- [Task item]
With the material below, print exactly the lines between the line holding "#27=EDGE_CURVE('',#23,#14,#26,.T.);" and the line holding "#83=VERTEX_POINT('',#82);", inclusive. Add nothing else.

- - - - -

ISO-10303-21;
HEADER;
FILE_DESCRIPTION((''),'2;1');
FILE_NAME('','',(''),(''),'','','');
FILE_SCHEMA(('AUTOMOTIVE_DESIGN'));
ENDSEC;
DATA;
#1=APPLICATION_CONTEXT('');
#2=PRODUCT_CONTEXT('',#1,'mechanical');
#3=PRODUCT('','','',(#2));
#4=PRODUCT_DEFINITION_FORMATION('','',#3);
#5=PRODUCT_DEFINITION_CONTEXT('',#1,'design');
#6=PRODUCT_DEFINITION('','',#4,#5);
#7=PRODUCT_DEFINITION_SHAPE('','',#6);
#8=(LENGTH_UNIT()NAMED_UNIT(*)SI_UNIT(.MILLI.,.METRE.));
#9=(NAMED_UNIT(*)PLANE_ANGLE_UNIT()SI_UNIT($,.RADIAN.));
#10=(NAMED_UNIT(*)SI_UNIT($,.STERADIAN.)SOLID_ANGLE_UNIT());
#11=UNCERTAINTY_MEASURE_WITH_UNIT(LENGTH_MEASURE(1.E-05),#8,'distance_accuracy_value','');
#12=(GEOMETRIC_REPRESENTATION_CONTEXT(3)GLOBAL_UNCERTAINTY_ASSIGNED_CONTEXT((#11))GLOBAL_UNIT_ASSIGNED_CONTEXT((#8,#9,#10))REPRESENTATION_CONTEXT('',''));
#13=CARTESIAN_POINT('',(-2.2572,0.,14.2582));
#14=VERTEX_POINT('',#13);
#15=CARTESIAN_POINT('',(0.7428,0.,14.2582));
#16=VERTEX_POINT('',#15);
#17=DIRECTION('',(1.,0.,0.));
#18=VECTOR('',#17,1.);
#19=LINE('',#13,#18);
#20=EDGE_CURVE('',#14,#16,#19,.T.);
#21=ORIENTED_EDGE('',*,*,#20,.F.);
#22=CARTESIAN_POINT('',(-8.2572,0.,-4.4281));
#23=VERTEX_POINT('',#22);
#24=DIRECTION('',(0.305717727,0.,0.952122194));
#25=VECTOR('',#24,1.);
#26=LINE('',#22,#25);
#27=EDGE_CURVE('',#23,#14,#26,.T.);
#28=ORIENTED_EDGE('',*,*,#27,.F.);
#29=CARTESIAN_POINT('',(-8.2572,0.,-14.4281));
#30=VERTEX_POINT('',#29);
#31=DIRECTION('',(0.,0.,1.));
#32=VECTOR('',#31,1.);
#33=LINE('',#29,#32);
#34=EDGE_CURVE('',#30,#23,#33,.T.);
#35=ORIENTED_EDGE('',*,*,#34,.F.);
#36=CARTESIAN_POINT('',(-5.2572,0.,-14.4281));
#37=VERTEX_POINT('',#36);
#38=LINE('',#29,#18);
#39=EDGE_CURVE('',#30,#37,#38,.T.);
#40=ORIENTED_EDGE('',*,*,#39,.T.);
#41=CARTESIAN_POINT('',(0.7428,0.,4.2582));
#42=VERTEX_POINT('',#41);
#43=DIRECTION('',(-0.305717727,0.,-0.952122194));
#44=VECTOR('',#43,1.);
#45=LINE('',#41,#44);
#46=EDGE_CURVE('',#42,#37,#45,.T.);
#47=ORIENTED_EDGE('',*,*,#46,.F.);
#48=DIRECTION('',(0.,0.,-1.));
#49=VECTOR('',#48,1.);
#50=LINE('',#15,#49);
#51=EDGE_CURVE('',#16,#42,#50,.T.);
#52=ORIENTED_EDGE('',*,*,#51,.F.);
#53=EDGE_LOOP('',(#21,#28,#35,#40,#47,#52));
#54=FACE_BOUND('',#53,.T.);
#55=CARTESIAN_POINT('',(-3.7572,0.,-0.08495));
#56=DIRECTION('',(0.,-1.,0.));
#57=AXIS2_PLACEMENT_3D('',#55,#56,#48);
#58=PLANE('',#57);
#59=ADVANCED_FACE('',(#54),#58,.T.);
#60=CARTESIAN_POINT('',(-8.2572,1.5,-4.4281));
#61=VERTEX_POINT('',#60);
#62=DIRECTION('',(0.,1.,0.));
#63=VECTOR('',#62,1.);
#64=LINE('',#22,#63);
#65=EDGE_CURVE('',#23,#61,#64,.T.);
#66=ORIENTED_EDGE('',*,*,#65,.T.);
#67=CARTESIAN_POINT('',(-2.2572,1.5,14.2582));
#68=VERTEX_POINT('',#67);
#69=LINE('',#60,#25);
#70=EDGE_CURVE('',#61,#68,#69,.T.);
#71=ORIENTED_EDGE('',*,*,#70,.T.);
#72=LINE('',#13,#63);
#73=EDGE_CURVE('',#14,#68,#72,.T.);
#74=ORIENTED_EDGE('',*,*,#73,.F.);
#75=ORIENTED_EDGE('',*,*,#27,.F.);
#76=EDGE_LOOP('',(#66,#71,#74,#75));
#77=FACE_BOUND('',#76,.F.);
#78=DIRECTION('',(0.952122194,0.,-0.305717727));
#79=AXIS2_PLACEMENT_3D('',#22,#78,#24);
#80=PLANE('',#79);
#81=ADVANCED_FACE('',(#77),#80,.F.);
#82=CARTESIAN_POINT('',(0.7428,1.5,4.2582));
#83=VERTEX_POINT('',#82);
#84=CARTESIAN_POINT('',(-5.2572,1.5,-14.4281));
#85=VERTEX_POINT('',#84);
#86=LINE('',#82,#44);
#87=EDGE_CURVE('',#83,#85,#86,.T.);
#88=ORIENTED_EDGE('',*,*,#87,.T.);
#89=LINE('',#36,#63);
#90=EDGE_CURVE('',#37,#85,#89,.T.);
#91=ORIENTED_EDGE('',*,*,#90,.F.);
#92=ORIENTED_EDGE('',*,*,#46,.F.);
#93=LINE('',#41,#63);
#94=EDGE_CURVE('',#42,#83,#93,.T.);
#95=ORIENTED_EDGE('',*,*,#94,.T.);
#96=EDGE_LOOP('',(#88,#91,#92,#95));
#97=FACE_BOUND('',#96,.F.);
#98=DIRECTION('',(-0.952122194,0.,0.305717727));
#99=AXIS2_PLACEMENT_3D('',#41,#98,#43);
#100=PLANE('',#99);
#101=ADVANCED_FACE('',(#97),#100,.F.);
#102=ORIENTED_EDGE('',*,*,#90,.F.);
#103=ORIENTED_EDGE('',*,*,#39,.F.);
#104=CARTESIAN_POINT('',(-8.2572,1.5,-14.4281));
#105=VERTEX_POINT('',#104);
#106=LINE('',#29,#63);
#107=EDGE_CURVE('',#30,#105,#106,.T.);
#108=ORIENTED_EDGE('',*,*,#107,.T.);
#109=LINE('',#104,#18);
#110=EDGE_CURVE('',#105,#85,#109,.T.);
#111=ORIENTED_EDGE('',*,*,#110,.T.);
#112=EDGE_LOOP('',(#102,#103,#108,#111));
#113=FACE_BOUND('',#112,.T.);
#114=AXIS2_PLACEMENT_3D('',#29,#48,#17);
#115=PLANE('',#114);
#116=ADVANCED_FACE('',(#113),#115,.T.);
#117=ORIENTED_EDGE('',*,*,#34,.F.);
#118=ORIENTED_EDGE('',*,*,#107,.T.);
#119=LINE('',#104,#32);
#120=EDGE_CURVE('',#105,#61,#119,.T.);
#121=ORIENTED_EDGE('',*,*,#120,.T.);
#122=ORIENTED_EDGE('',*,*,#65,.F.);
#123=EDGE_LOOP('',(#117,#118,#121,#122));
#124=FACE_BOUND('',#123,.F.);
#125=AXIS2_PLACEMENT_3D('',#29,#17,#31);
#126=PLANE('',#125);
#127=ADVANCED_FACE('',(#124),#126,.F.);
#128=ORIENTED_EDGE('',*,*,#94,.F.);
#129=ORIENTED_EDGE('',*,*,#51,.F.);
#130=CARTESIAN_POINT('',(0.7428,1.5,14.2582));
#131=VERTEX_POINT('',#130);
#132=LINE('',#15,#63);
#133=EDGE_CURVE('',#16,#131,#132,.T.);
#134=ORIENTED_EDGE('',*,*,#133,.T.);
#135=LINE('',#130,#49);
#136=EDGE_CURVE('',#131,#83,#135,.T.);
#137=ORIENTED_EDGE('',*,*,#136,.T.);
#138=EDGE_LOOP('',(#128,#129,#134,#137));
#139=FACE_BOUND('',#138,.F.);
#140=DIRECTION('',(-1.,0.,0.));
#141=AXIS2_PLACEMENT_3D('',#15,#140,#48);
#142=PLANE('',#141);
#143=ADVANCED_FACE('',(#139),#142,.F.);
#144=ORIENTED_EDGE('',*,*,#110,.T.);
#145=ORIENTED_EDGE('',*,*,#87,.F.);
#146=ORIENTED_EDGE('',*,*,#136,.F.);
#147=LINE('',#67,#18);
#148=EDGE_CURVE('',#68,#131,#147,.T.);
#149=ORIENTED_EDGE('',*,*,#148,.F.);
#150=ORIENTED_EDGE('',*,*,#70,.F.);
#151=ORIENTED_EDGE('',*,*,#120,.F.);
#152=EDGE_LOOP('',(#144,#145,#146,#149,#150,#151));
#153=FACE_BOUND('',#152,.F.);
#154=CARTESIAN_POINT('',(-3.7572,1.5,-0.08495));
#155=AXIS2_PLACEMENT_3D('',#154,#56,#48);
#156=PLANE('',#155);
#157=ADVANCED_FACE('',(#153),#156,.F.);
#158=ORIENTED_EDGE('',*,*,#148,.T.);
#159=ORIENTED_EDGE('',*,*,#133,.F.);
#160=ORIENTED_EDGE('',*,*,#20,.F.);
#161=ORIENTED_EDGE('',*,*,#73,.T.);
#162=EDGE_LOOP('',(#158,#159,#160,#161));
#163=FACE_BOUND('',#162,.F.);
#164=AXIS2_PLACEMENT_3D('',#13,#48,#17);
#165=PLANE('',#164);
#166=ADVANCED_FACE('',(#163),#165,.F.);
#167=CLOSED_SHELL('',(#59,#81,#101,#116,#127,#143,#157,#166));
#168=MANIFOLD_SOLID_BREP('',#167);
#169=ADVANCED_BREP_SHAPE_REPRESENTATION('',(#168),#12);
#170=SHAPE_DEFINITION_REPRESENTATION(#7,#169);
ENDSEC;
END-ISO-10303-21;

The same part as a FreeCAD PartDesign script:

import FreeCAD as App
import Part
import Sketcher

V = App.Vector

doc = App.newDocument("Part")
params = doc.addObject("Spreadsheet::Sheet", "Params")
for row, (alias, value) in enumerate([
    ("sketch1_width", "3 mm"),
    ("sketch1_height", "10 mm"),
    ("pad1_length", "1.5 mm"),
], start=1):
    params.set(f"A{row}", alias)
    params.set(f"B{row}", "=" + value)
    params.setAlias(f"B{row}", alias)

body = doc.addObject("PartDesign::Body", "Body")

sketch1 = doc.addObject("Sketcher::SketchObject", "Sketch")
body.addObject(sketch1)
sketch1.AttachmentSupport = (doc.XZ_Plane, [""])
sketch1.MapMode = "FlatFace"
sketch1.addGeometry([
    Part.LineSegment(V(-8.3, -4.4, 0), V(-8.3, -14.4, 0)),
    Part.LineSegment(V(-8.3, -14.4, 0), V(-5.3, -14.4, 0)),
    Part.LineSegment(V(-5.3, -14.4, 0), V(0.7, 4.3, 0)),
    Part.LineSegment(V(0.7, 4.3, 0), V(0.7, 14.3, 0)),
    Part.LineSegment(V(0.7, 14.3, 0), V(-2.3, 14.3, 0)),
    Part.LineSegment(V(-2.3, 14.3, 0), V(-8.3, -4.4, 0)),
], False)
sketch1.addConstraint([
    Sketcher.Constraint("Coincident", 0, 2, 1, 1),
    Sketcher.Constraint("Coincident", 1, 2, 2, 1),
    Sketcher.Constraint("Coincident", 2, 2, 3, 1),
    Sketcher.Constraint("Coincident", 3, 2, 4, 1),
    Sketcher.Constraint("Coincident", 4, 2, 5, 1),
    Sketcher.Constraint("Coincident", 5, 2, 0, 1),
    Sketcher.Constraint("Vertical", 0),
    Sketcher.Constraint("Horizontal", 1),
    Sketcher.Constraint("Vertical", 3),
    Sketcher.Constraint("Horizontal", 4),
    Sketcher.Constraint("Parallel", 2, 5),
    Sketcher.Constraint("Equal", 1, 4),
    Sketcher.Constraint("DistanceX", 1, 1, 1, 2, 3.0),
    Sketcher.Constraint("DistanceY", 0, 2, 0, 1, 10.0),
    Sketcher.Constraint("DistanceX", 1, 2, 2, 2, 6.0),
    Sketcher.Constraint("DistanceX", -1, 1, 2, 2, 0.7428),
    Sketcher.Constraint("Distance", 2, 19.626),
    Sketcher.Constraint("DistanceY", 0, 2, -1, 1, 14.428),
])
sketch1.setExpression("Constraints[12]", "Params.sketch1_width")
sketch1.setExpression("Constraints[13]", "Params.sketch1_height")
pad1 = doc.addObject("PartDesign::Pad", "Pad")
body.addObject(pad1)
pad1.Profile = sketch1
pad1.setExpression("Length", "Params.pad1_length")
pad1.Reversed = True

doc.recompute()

- - - - -

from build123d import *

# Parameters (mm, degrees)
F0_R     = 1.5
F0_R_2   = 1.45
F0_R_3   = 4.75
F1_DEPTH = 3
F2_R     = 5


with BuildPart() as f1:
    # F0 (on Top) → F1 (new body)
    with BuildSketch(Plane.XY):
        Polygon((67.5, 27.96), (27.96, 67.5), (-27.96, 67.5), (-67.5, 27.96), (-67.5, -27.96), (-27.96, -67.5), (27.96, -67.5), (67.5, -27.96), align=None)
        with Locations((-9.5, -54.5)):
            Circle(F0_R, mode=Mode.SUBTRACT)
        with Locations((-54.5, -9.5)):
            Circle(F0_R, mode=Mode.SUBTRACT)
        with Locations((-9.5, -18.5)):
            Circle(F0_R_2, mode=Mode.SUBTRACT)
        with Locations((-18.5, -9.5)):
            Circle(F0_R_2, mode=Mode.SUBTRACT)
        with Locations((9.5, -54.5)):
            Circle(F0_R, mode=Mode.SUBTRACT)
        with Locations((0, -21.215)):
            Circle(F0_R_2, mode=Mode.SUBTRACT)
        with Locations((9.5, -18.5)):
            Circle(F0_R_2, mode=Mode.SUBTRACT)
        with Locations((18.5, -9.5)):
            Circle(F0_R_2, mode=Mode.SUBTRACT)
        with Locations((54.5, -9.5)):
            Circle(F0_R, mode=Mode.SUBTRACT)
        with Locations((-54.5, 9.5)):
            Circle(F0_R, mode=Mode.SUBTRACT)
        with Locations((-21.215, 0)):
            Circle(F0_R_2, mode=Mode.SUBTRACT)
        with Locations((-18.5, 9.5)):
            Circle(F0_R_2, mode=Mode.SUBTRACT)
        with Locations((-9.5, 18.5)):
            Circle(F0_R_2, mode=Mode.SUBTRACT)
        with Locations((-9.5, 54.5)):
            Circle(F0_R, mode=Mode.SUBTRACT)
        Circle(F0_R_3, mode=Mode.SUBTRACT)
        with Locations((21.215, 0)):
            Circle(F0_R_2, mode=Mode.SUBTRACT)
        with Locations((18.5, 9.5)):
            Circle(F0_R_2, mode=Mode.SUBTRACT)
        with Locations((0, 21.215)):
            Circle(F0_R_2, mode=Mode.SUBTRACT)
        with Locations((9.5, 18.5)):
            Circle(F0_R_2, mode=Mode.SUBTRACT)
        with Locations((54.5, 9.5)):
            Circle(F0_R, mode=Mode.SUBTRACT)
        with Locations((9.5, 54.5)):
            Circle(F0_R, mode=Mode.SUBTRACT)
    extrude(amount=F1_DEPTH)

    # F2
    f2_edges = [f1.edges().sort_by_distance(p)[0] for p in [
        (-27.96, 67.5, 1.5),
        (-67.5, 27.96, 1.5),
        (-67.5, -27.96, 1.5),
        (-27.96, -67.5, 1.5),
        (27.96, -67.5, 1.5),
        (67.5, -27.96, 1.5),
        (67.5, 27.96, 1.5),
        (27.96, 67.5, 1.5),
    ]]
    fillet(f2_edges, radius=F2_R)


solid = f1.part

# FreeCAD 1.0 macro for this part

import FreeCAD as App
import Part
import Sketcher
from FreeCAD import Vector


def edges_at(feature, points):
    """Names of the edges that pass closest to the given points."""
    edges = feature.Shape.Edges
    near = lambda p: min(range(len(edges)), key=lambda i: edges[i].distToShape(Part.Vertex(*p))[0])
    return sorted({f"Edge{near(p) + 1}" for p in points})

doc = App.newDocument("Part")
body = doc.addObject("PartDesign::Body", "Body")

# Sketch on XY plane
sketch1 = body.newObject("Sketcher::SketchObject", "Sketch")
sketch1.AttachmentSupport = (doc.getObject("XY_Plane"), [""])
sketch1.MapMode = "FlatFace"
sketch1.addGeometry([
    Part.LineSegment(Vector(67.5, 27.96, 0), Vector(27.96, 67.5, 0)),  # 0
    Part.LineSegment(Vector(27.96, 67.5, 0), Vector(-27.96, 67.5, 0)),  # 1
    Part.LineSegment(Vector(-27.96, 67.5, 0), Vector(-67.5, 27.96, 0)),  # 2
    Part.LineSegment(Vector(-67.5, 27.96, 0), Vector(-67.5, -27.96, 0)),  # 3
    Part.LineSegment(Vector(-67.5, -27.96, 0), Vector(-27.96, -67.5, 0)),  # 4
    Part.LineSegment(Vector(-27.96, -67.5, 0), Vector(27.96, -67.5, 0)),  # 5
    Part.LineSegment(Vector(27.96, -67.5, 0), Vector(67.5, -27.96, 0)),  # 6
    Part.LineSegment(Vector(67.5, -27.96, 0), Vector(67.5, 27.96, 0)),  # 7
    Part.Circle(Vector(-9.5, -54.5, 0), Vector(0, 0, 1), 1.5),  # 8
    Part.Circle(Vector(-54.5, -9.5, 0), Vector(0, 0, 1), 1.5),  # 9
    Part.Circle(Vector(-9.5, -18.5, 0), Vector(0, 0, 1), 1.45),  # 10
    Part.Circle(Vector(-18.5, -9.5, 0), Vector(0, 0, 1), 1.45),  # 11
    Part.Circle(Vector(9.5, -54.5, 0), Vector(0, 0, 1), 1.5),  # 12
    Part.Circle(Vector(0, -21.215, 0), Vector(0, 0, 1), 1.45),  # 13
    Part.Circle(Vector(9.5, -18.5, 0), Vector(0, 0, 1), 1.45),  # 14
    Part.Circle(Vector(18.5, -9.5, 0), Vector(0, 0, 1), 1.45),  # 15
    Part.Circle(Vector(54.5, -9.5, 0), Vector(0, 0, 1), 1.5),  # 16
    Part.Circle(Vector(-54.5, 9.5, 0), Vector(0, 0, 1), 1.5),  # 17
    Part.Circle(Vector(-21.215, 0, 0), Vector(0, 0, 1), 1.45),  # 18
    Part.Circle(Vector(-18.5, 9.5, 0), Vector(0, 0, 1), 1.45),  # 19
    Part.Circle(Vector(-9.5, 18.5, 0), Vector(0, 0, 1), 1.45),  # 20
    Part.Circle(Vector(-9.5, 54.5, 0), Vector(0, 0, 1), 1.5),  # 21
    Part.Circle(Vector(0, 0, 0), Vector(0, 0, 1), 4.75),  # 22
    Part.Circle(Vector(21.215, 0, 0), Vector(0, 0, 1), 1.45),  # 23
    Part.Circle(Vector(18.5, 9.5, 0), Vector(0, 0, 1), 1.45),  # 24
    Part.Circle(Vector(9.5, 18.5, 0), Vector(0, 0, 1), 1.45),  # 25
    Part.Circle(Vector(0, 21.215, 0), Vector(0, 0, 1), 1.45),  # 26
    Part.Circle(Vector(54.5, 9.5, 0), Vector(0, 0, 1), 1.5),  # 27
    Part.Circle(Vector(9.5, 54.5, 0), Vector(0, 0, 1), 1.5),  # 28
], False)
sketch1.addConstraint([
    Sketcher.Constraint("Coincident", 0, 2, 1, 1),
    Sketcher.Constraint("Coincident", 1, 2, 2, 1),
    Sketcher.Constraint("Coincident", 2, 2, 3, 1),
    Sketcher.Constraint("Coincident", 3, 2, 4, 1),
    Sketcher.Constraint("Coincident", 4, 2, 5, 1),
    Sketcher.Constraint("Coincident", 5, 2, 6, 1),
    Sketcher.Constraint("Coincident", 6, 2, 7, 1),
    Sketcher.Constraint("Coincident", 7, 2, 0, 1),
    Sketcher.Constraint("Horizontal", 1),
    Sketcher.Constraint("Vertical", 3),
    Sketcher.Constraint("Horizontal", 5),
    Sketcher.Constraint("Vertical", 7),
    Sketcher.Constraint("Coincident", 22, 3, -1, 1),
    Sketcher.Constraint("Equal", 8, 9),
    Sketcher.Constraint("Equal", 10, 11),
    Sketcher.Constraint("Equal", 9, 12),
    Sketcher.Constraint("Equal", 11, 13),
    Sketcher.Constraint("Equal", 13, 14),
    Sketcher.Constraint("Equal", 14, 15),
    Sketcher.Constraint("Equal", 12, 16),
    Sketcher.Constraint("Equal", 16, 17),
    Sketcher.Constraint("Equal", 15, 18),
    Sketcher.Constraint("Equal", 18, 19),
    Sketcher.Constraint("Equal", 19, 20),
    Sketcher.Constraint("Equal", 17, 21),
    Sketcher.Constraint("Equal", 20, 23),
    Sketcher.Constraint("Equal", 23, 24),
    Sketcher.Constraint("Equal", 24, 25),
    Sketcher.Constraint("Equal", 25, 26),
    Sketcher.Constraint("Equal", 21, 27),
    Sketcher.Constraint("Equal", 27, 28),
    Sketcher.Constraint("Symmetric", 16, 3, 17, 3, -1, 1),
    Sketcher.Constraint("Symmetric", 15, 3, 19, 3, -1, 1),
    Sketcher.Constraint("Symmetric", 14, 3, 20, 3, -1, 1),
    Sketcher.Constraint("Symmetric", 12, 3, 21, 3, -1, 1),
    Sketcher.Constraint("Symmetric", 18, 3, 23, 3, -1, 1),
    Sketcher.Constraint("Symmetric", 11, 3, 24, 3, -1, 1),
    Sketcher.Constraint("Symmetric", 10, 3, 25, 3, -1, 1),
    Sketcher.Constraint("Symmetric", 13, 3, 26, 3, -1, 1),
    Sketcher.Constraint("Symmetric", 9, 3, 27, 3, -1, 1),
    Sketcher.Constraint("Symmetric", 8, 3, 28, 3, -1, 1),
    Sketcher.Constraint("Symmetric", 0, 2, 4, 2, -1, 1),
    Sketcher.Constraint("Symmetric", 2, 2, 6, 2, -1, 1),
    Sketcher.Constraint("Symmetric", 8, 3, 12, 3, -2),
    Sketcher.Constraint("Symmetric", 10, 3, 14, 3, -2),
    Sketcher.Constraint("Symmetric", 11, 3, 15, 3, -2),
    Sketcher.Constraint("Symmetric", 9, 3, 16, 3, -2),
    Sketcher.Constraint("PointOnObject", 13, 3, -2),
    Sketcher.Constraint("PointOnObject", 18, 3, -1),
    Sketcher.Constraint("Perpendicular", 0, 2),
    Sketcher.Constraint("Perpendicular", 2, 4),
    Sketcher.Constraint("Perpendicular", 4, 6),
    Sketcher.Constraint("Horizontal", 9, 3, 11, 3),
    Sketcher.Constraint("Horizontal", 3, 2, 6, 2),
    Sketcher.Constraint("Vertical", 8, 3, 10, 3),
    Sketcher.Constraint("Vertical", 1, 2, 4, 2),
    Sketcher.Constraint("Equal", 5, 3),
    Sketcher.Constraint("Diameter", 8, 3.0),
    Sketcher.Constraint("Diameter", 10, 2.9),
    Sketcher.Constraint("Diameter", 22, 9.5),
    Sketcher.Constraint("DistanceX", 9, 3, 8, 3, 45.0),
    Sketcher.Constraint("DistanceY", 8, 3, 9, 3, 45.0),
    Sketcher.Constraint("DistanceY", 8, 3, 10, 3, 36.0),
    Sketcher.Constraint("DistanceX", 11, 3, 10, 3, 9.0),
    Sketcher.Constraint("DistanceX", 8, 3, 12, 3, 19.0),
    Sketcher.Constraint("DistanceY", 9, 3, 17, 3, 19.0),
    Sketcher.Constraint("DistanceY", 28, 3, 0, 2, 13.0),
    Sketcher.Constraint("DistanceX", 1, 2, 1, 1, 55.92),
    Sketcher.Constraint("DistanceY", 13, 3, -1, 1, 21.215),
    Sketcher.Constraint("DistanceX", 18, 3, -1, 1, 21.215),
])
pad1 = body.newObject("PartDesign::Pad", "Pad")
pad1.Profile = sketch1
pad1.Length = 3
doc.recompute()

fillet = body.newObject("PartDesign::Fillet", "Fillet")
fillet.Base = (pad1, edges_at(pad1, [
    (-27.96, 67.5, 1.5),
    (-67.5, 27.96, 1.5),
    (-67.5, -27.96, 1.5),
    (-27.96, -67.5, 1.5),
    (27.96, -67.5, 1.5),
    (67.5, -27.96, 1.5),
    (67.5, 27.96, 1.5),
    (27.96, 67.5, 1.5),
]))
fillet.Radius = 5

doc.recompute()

- - - - -

- [Exercise answer]
#27=EDGE_CURVE('',#23,#14,#26,.T.);
#28=ORIENTED_EDGE('',*,*,#27,.F.);
#29=CARTESIAN_POINT('',(-8.2572,0.,-14.4281));
#30=VERTEX_POINT('',#29);
#31=DIRECTION('',(0.,0.,1.));
#32=VECTOR('',#31,1.);
#33=LINE('',#29,#32);
#34=EDGE_CURVE('',#30,#23,#33,.T.);
#35=ORIENTED_EDGE('',*,*,#34,.F.);
#36=CARTESIAN_POINT('',(-5.2572,0.,-14.4281));
#37=VERTEX_POINT('',#36);
#38=LINE('',#29,#18);
#39=EDGE_CURVE('',#30,#37,#38,.T.);
#40=ORIENTED_EDGE('',*,*,#39,.T.);
#41=CARTESIAN_POINT('',(0.7428,0.,4.2582));
#42=VERTEX_POINT('',#41);
#43=DIRECTION('',(-0.305717727,0.,-0.952122194));
#44=VECTOR('',#43,1.);
#45=LINE('',#41,#44);
#46=EDGE_CURVE('',#42,#37,#45,.T.);
#47=ORIENTED_EDGE('',*,*,#46,.F.);
#48=DIRECTION('',(0.,0.,-1.));
#49=VECTOR('',#48,1.);
#50=LINE('',#15,#49);
#51=EDGE_CURVE('',#16,#42,#50,.T.);
#52=ORIENTED_EDGE('',*,*,#51,.F.);
#53=EDGE_LOOP('',(#21,#28,#35,#40,#47,#52));
#54=FACE_BOUND('',#53,.T.);
#55=CARTESIAN_POINT('',(-3.7572,0.,-0.08495));
#56=DIRECTION('',(0.,-1.,0.));
#57=AXIS2_PLACEMENT_3D('',#55,#56,#48);
#58=PLANE('',#57);
#59=ADVANCED_FACE('',(#54),#58,.T.);
#60=CARTESIAN_POINT('',(-8.2572,1.5,-4.4281));
#61=VERTEX_POINT('',#60);
#62=DIRECTION('',(0.,1.,0.));
#63=VECTOR('',#62,1.);
#64=LINE('',#22,#63);
#65=EDGE_CURVE('',#23,#61,#64,.T.);
#66=ORIENTED_EDGE('',*,*,#65,.T.);
#67=CARTESIAN_POINT('',(-2.2572,1.5,14.2582));
#68=VERTEX_POINT('',#67);
#69=LINE('',#60,#25);
#70=EDGE_CURVE('',#61,#68,#69,.T.);
#71=ORIENTED_EDGE('',*,*,#70,.T.);
#72=LINE('',#13,#63);
#73=EDGE_CURVE('',#14,#68,#72,.T.);
#74=ORIENTED_EDGE('',*,*,#73,.F.);
#75=ORIENTED_EDGE('',*,*,#27,.F.);
#76=EDGE_LOOP('',(#66,#71,#74,#75));
#77=FACE_BOUND('',#76,.F.);
#78=DIRECTION('',(0.952122194,0.,-0.305717727));
#79=AXIS2_PLACEMENT_3D('',#22,#78,#24);
#80=PLANE('',#79);
#81=ADVANCED_FACE('',(#77),#80,.F.);
#82=CARTESIAN_POINT('',(0.7428,1.5,4.2582));
#83=VERTEX_POINT('',#82);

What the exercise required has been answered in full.